MongoDB chunks selection to move

If a shard say has 200 chunks on it and it is time to move some of those chunks to another shard,
1>how does mongo db decide which chunks to move?
2>Is this move logic in config server or mongos?
3>How can I affect/control chunk selection algorithm such that mongodb will move chunks to other shards such that it helps to distribute my reads based on my users access pattern?
Movement of chunks between shards is triggered by mongos. Mongos will move chunks under two circumstances. If one shard contains 9 or more chunks than any other, mongos will trigger a balancing round and redistribute the chunks between the other shards. In this situation, the chunks with the lowest shard keys will be moved. Additionally, if the top most chunk is split, mongos will move the chunk with the higher shard key to another shard.
One of the features of Mongo is that in a properly set-up sharded cluster, chunks are split and moved automatically such that your application does not need to be aware that it is interacting with a sharded database. Everything happens behind-the-scenes.

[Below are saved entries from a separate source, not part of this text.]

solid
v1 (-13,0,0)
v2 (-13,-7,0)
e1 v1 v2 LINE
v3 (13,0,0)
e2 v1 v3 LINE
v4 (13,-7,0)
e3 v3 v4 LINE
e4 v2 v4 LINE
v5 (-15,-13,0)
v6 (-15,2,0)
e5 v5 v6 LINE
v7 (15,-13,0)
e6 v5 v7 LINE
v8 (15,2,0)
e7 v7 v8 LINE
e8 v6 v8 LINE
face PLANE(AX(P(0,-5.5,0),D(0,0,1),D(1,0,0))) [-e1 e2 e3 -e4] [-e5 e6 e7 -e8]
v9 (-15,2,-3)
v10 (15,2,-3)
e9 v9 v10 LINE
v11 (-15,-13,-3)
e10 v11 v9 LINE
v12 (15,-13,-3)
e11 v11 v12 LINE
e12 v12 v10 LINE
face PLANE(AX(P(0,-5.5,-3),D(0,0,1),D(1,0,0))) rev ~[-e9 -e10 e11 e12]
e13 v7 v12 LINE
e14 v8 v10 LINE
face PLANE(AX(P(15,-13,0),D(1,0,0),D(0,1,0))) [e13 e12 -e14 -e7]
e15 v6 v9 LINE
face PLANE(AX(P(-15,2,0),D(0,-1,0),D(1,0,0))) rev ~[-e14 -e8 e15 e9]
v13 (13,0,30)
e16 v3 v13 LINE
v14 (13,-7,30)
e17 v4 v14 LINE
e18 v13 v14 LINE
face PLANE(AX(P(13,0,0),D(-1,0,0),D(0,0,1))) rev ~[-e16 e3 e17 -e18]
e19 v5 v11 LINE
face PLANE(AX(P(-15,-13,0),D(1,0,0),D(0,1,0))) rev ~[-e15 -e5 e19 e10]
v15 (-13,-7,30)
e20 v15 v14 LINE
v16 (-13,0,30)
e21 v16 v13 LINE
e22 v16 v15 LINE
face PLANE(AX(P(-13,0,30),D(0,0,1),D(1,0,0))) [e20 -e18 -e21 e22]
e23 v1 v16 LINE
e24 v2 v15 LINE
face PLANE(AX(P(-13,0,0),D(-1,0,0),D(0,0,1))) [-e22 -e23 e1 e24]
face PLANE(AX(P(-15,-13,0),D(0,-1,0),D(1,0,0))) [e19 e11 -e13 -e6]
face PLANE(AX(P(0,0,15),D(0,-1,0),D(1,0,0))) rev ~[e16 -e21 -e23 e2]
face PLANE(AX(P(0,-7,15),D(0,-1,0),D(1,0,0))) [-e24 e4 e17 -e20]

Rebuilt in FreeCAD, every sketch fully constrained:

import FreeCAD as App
import Part
import Sketcher

doc = App.newDocument("Part")
body = doc.addObject("PartDesign::Body", "Body")

# Sketch on XZ plane
sketch1 = body.newObject("Sketcher::SketchObject", "Sketch")
sketch1.AttachmentSupport = (doc.getObject("XZ_Plane"), [""])
sketch1.MapMode = "FlatFace"
sketch1.addGeometry([
    Part.LineSegment(App.Vector(-13, 30, 0), App.Vector(-13, 0, 0)),
    Part.LineSegment(App.Vector(-13, 0, 0), App.Vector(13, 0, 0)),
    Part.LineSegment(App.Vector(13, 0, 0), App.Vector(13, 30, 0)),
    Part.LineSegment(App.Vector(13, 30, 0), App.Vector(-13, 30, 0)),
], False)
sketch1.addConstraint([
    Sketcher.Constraint("Coincident", 0, 2, 1, 1),
    Sketcher.Constraint("Coincident", 1, 2, 2, 1),
    Sketcher.Constraint("Coincident", 2, 2, 3, 1),
    Sketcher.Constraint("Coincident", 3, 2, 0, 1),
    Sketcher.Constraint("Vertical", 0),
    Sketcher.Constraint("Horizontal", 1),
    Sketcher.Constraint("Vertical", 2),
    Sketcher.Constraint("Horizontal", 3),
    Sketcher.Constraint("Symmetric", 0, 2, 1, 2, -1, 1),
    Sketcher.Constraint("DistanceX", 1, 1, 1, 2, 26.0),
    Sketcher.Constraint("DistanceY", 0, 2, 0, 1, 30.0),
])
pad1 = body.newObject("PartDesign::Pad", "Pad")
pad1.Profile = sketch1
pad1.Length = 7

# Sketch on XY plane
sketch2 = body.newObject("Sketcher::SketchObject", "Sketch001")
sketch2.AttachmentSupport = (doc.getObject("XY_Plane"), [""])
sketch2.MapMode = "FlatFace"
sketch2.addGeometry([
    Part.LineSegment(App.Vector(-15, 2, 0), App.Vector(-15, -13, 0)),
    Part.LineSegment(App.Vector(-15, -13, 0), App.Vector(15, -13, 0)),
    Part.LineSegment(App.Vector(15, -13, 0), App.Vector(15, 2, 0)),
    Part.LineSegment(App.Vector(15, 2, 0), App.Vector(-15, 2, 0)),
], False)
sketch2.addConstraint([
    Sketcher.Constraint("Coincident", 0, 2, 1, 1),
    Sketcher.Constraint("Coincident", 1, 2, 2, 1),
    Sketcher.Constraint("Coincident", 2, 2, 3, 1),
    Sketcher.Constraint("Coincident", 3, 2, 0, 1),
    Sketcher.Constraint("Vertical", 0),
    Sketcher.Constraint("Horizontal", 1),
    Sketcher.Constraint("Vertical", 2),
    Sketcher.Constraint("Horizontal", 3),
    Sketcher.Constraint("DistanceX", 1, 1, 1, 2, 30.0),
    Sketcher.Constraint("DistanceY", 0, 2, 0, 1, 15.0),
    Sketcher.Constraint("DistanceX", 0, 2, -1, 1, 15.0),
    Sketcher.Constraint("DistanceY", 0, 2, -1, 1, 13.0),
])
pad2 = body.newObject("PartDesign::Pad", "Pad001")
pad2.Profile = sketch2
pad2.Length = 3
pad2.Reversed = True

doc.recompute()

However, it is possible to split and move chunks manually using the "split" and "moveChunks" commands. Please see the mongo documentation for examples of how to use these commands: "Splitting Shard Chunks" http://www.mongodb.org/display/DOCS/Splitting+Shard+Chunks and "Moving
Chunks" http://www.mongodb.org/display/DOCS/Moving+Chunks There have been cases where users have written their own custom balancers taylored to their own applications, but this is not common, and only attempted by the most advanced of users.

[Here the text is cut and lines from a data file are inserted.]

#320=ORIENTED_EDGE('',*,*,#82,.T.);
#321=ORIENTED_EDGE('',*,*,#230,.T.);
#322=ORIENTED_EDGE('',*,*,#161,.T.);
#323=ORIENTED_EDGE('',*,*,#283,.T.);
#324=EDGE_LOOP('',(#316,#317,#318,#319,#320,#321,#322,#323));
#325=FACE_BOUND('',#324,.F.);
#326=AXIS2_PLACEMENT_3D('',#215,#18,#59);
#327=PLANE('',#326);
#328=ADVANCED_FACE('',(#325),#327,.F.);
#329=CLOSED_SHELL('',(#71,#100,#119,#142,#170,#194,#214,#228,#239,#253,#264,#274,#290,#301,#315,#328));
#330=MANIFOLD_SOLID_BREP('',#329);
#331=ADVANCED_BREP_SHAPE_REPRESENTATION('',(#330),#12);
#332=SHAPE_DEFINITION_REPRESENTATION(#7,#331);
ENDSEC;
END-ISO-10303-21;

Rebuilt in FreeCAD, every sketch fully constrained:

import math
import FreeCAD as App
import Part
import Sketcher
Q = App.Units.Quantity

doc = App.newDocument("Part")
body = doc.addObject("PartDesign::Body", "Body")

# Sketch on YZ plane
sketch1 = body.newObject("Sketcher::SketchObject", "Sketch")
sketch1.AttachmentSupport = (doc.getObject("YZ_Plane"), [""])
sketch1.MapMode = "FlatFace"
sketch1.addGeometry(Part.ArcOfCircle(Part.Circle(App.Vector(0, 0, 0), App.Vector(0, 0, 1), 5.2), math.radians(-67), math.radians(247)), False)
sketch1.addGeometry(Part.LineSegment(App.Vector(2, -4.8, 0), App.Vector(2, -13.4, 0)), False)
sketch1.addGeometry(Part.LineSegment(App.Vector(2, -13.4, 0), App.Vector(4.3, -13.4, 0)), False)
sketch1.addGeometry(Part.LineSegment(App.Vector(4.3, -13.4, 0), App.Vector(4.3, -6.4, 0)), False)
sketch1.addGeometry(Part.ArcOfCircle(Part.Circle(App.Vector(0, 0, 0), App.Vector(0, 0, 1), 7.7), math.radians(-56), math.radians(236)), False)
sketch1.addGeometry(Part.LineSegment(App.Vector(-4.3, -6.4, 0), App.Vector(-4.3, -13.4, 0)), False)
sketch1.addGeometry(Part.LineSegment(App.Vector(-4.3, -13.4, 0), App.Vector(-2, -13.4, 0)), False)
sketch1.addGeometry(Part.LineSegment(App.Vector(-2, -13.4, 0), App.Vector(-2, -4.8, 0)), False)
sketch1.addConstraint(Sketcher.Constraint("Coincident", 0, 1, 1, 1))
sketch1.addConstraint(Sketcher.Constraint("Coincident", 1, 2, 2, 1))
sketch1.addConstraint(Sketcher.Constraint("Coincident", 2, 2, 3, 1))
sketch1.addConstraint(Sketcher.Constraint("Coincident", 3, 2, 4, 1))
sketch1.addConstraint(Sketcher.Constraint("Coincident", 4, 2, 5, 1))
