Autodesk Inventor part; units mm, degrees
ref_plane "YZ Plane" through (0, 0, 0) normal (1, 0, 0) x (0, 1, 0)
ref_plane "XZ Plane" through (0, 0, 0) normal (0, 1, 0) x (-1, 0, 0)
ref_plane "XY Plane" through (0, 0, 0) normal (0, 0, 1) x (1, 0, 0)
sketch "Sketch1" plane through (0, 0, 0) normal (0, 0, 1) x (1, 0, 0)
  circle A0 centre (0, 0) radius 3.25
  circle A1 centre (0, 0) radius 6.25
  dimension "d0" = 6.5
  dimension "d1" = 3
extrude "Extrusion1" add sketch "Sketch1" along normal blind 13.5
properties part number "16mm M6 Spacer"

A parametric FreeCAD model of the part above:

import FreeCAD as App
import Part
import Sketcher
from FreeCAD import Vector
Q = App.Units.Quantity

doc = App.newDocument("Part")
params = doc.addObject("Spreadsheet::Sheet", "Params")
for row, (alias, value) in enumerate([
    ("sketch1_diameter", "6.5 mm"),
    ("sketch1_diameter2", "12.5 mm"),
    ("pad1_length", "13.5 mm"),
], start=1):
    params.set(f"A{row}", alias)
    params.set(f"B{row}", "=" + value)
    params.setAlias(f"B{row}", alias)

body = doc.addObject("PartDesign::Body", "Body")

sketch1 = doc.addObject("Sketcher::SketchObject", "Sketch")
body.addObject(sketch1)
sketch1.AttachmentSupport = (doc.XY_Plane, [""])
sketch1.MapMode = "FlatFace"
sketch1.addGeometry([
    Part.Circle(Vector(0, 0, 0), Vector(0, 0, 1), 6.25),
    Part.Circle(Vector(0, 0, 0), Vector(0, 0, 1), 3.25),
], False)
sketch1.addConstraint([
    Sketcher.Constraint("Coincident", 0, 3, -1, 1),
    Sketcher.Constraint("Coincident", 1, 3, -1, 1),
    Sketcher.Constraint("Diameter", 1, Q("6.5 mm")),
    Sketcher.Constraint("Diameter", 0, Q("12.5 mm")),
])
sketch1.setExpression("Constraints[2]", "Params.sketch1_diameter")
sketch1.setExpression("Constraints[3]", "Params.sketch1_diameter2")
pad1 = doc.addObject("PartDesign::Pad", "Pad")
body.addObject(pad1)
pad1.Profile = sketch1
pad1.setExpression("Length", "Params.pad1_length")

doc.recompute()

As an alternative, it is possible to give the balancer window of time when it may operate, or to disable it entirely. Some users will temporarily disable the balancer for maintenance, or give it a window so it is not competing for write locks at times when they expect their application to be putting the db under high loads.
More information on the balancer is available in the "Balancing" and "Balancer window" sections of the "Sharding Administration" documentation.
http://www.mongodb.org/display/DOCS/Sharding+Administration
Hopefully the above resources will give you a better understanding of how sharding works, and how chunks are balanced between shards.